Monday, February 20, 2017

An Old Rock Song

For our annual anniversaries, my husband Ken and I usually take a long weekend trip, somewhere in the Southeast. Since we got married mid-February around the most "romantic" holiday ever, it is difficult to get reservations. We don't get legalistic about the actual day. I figured out, after 35 years of this, why they stuck Valentine's day in the middle of February. It's because it's the dreariest month of the year. Somebody thought up a clever way to bring some romance to winter, guilt husbands into buying flowers and candy, boost the economy and fatten us up one more time before spring. Just in case Christmas didn't do it. I got late starting on my New Year's resolution diet, whoops, way of life, when Ken tried to get me to wait until after our trip. But it was too late. I was already on the boat and I wasn't jumping off. So we went and somehow I still enjoyed sumptuous food even though there was no sugar involved. How is that possible?

St. Simons Island. Can I go back now? We adored that darling village. We stayed in a little hotel across from the lighthouse and brought our bicycles. Peddled, shopped, ate, hung out at the beach, watched people, met people, and ate some more. There were no chain restaurants in sight and we were treated like it was our hometown. The little shops were wonderful, with very decent prices. Ken only wanted some flip-flops. But since I don't have enough jewelry yet, rather, there's never enough jewelry, I added several pairs of earrings and a necklace to my arsenal. Grandma Betty would be proud. My sister's children have been known to call me Aunt Bling-Bling. But I think they exaggerate...

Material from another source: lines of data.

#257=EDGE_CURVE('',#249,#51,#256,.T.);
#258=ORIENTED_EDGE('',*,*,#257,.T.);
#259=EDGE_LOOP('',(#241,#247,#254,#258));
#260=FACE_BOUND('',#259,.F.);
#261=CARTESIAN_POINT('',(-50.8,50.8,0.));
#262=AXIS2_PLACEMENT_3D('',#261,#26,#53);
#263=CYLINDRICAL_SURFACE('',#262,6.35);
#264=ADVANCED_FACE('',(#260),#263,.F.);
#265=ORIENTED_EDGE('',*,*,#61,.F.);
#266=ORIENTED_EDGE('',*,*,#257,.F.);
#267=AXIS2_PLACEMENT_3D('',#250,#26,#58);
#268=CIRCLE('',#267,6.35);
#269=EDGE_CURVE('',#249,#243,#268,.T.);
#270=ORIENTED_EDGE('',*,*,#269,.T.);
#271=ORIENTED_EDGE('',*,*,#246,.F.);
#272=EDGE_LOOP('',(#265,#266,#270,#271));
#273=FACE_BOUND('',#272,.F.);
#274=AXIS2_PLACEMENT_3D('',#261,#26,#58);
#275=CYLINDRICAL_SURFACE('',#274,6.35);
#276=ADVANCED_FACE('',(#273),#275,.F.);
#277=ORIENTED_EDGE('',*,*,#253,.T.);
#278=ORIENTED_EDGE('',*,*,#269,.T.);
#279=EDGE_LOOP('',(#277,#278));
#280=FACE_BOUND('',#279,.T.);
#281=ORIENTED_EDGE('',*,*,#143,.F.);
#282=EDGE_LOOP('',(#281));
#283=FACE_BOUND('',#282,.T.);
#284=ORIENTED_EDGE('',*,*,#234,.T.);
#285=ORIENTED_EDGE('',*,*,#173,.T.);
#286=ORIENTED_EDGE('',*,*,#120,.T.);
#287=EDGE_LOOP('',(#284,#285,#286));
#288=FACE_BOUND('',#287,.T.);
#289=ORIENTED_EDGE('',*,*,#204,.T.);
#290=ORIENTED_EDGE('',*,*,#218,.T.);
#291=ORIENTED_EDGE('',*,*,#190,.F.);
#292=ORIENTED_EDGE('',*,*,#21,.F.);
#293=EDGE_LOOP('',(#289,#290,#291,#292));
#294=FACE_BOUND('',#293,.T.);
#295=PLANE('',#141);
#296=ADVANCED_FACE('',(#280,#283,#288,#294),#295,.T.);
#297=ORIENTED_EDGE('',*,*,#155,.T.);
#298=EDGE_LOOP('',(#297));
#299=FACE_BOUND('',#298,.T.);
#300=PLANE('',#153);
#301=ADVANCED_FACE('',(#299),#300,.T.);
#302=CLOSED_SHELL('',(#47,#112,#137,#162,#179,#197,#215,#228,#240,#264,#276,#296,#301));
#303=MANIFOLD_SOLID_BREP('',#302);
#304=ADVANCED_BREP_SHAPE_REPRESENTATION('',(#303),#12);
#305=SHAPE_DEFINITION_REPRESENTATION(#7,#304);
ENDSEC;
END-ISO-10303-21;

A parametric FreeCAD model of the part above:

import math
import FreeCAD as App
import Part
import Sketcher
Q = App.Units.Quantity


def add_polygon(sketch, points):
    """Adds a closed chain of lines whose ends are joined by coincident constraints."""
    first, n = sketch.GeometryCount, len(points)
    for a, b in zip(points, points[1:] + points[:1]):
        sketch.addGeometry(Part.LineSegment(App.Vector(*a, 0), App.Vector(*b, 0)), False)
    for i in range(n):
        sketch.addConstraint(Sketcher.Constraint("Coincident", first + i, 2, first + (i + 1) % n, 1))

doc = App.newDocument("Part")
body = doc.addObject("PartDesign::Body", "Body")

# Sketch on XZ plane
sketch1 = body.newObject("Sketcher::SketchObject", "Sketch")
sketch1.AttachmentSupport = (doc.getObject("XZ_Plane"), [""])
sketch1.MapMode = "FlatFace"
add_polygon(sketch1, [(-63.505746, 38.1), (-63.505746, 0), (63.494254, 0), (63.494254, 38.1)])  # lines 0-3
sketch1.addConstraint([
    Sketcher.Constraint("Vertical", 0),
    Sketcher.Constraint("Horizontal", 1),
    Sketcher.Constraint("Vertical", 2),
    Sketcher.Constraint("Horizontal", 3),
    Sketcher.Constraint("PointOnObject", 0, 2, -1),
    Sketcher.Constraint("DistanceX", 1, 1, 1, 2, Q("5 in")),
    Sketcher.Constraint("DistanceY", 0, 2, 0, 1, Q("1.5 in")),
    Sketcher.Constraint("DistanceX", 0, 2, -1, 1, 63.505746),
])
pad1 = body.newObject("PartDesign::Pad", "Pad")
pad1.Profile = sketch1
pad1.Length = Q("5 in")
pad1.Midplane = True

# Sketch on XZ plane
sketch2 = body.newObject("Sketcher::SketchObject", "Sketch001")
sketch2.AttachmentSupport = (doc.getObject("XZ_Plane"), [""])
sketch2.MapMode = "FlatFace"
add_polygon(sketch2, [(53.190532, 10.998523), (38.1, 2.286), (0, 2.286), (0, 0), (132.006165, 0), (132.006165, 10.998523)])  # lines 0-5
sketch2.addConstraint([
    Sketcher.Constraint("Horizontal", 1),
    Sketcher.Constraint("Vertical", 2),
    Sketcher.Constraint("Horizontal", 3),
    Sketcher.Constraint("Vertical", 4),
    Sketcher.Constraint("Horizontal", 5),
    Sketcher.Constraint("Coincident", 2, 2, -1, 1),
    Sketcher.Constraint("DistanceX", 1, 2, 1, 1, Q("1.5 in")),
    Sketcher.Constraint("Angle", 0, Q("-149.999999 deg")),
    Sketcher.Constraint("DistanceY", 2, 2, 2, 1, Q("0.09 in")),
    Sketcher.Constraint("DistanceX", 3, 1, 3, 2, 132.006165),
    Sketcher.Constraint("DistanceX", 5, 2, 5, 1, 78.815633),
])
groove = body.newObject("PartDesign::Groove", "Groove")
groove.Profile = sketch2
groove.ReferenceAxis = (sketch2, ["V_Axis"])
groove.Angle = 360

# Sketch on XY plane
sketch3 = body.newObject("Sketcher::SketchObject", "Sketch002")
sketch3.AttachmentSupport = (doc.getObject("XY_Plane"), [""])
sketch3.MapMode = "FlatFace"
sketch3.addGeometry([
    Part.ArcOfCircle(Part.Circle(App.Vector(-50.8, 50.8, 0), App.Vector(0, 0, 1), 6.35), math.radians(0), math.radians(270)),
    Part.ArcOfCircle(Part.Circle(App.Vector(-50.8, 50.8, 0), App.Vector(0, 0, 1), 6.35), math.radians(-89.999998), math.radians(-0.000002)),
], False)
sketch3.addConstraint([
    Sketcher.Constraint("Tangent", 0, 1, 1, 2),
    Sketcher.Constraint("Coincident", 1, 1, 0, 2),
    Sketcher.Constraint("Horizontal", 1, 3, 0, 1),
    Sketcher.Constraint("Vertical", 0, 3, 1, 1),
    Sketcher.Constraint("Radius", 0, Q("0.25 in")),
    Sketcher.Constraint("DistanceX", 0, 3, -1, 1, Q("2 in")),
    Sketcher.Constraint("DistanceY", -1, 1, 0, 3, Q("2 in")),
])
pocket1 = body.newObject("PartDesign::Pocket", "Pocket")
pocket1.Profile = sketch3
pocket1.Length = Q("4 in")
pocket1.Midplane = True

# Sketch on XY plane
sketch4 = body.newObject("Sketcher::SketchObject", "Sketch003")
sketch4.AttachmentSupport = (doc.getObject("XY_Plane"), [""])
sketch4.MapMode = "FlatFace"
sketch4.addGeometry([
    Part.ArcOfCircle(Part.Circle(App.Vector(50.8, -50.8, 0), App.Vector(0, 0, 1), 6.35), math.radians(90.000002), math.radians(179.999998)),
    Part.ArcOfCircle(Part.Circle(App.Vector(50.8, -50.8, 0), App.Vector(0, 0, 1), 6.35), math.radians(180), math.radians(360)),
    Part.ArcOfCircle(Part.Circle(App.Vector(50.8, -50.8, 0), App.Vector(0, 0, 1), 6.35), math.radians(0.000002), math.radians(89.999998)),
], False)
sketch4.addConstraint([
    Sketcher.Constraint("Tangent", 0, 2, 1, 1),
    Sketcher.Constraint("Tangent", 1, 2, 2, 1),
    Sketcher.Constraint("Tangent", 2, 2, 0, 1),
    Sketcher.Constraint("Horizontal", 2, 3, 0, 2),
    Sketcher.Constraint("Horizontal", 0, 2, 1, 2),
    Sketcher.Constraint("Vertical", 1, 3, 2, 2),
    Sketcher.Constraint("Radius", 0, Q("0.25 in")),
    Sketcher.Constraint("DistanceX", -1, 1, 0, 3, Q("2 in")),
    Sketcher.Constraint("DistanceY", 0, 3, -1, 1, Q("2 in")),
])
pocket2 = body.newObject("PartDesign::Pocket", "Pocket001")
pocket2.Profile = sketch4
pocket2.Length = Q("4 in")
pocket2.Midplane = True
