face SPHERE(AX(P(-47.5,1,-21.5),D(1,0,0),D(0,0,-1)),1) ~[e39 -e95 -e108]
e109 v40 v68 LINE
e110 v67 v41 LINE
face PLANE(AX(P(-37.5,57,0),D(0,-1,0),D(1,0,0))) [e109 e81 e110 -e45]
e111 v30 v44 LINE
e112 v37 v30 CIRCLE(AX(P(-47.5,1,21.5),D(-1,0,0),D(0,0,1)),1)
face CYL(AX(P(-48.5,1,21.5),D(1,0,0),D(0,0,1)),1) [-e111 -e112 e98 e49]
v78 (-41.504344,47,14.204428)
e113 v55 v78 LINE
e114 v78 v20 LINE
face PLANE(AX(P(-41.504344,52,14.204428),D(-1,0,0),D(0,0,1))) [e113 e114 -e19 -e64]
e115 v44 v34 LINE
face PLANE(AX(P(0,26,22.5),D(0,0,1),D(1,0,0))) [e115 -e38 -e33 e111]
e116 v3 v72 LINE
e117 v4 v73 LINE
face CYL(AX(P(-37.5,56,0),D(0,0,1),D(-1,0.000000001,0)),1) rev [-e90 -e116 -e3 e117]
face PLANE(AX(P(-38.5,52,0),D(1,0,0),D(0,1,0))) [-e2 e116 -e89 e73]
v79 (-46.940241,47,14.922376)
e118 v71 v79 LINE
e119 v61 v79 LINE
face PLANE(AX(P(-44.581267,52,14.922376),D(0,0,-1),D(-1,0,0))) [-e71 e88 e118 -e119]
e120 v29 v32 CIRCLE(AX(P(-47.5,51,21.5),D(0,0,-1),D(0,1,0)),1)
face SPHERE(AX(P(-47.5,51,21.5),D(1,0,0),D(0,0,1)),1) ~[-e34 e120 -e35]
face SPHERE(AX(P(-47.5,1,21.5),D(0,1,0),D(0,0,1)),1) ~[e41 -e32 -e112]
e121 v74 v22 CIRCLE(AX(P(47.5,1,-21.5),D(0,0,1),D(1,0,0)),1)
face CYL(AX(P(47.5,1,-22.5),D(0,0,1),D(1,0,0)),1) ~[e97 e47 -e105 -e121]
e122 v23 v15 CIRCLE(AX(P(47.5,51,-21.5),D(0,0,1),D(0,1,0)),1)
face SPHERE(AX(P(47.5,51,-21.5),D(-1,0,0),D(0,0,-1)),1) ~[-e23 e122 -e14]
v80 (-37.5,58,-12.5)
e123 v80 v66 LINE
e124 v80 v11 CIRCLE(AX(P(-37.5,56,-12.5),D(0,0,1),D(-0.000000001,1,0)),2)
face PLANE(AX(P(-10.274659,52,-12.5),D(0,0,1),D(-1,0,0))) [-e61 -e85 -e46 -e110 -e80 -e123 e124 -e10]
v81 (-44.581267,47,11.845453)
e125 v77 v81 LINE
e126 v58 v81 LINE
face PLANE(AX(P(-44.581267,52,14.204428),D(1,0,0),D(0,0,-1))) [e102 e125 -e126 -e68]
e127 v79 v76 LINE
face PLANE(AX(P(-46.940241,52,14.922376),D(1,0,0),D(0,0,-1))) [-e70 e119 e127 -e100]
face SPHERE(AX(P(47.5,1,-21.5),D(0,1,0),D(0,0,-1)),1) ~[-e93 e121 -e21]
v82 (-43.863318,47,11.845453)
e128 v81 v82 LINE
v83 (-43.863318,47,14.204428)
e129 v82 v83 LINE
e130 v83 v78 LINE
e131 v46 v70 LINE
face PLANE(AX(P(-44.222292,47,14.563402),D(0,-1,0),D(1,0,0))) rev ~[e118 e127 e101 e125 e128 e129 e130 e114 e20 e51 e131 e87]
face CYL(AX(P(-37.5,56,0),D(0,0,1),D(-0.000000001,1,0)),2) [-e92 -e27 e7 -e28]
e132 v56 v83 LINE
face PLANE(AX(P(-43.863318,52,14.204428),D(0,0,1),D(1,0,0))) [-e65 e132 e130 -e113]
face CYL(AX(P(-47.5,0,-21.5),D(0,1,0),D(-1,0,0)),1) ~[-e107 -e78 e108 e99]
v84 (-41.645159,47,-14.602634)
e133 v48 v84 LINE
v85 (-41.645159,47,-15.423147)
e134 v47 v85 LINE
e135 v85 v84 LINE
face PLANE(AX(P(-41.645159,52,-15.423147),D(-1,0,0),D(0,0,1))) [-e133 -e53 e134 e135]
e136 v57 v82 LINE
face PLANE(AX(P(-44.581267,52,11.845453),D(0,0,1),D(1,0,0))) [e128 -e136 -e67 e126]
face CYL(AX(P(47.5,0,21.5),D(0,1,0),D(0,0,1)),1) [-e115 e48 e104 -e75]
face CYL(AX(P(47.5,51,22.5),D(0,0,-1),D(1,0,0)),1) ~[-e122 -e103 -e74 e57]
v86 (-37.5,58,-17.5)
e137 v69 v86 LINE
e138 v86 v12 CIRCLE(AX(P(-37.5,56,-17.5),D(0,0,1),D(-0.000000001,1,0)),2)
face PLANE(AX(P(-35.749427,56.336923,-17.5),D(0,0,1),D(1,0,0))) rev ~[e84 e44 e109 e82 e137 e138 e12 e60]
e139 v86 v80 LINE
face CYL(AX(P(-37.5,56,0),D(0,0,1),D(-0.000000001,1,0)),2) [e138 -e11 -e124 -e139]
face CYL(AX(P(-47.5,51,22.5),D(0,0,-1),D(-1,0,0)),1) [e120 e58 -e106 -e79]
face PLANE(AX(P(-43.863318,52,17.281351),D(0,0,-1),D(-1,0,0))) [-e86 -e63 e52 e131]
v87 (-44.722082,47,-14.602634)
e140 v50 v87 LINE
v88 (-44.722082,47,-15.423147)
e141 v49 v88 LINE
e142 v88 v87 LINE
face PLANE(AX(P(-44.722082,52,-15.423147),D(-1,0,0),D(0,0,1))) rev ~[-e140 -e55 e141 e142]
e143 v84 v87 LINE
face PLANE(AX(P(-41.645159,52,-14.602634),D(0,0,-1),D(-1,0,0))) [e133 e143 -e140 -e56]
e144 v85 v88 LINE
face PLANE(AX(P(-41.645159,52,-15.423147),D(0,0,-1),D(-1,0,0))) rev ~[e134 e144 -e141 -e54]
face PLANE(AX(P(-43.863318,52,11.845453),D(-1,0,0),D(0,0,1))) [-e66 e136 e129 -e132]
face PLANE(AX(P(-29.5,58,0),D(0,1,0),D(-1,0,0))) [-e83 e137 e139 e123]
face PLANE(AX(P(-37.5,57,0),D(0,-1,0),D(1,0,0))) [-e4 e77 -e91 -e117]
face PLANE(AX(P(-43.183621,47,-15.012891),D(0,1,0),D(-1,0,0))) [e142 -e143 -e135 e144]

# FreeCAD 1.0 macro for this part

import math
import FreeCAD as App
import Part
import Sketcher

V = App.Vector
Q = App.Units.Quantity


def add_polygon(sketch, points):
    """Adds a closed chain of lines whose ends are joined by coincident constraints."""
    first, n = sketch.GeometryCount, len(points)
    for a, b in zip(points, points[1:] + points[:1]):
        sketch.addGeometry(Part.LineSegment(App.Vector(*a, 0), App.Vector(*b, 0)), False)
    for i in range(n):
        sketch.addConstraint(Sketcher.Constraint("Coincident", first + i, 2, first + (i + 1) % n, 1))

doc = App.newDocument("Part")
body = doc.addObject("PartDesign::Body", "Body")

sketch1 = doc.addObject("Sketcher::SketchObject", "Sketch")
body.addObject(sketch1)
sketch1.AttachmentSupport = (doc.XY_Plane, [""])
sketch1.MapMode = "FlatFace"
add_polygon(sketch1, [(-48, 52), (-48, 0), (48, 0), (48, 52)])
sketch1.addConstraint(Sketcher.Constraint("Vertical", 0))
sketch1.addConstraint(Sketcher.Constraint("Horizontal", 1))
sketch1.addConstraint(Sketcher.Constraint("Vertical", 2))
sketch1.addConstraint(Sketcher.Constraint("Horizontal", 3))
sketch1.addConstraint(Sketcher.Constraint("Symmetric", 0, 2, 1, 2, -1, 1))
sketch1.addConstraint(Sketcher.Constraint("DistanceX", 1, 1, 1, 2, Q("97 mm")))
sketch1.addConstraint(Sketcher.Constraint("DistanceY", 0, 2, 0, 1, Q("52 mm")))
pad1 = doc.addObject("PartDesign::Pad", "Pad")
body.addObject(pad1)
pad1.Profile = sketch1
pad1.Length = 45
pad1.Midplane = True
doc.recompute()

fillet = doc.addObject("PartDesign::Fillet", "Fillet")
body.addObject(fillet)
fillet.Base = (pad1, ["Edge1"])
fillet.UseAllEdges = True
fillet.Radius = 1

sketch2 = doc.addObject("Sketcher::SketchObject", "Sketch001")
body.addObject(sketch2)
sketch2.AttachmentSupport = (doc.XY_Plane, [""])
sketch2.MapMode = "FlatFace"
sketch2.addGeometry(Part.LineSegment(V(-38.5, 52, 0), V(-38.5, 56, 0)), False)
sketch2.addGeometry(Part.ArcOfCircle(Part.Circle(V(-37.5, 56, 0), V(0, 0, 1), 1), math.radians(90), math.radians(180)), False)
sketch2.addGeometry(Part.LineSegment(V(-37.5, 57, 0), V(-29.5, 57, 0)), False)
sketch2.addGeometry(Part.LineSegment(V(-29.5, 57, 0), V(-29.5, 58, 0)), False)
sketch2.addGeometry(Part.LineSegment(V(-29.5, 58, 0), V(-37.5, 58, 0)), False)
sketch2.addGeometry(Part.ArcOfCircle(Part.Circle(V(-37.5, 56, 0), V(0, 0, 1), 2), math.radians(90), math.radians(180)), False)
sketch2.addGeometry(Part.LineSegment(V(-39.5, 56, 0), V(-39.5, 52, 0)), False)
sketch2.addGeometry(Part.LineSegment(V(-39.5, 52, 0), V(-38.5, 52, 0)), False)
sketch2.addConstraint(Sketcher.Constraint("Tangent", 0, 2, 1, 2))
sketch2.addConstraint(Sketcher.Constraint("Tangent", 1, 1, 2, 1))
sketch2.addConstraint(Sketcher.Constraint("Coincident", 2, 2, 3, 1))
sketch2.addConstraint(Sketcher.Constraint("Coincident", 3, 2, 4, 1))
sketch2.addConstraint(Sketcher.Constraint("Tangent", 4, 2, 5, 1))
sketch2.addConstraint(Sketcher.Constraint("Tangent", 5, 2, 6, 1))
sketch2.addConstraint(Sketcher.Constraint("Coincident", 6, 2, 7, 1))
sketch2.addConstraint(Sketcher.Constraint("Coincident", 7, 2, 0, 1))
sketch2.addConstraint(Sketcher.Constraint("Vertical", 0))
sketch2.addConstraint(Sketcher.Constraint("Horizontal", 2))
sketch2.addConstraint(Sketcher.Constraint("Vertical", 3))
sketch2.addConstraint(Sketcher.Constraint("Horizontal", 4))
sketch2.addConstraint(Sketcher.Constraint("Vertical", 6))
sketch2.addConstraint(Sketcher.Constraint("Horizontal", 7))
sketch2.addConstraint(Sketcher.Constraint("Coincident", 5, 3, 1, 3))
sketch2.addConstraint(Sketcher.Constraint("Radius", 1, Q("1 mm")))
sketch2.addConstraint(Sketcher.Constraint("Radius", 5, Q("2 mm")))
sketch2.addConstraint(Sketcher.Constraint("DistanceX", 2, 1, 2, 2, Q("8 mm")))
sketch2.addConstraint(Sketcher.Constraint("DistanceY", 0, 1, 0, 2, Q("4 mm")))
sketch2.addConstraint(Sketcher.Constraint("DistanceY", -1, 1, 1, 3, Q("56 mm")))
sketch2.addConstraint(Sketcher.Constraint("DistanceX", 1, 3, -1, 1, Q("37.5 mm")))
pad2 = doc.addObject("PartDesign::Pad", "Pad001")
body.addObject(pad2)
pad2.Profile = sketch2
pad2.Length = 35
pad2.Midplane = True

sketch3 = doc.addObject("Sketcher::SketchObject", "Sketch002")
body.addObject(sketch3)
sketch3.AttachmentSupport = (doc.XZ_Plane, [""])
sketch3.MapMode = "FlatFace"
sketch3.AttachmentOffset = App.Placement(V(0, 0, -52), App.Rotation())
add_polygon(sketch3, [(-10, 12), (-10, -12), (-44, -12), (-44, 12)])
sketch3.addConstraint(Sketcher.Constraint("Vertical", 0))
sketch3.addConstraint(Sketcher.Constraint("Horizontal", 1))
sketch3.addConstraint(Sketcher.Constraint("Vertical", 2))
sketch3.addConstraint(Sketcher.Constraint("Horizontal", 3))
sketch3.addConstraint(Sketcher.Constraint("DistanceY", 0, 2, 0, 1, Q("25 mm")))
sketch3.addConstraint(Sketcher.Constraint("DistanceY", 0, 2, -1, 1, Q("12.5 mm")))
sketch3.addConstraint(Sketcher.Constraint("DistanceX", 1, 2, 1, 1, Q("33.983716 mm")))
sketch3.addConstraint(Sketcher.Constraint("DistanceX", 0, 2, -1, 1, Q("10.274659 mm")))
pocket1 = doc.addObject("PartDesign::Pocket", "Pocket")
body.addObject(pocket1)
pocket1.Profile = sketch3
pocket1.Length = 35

I don't believe we've had a trip in our thirty-five years that made me feel so peaceful and rested. Maybe it's because I actually left our house in order before we retreated. Maybe it's because we had money set aside for it. But most probably, it's because I got to ride bikes and spend three days with that good-looking hunk of man who still loves me after all these years. You're still the One, honey.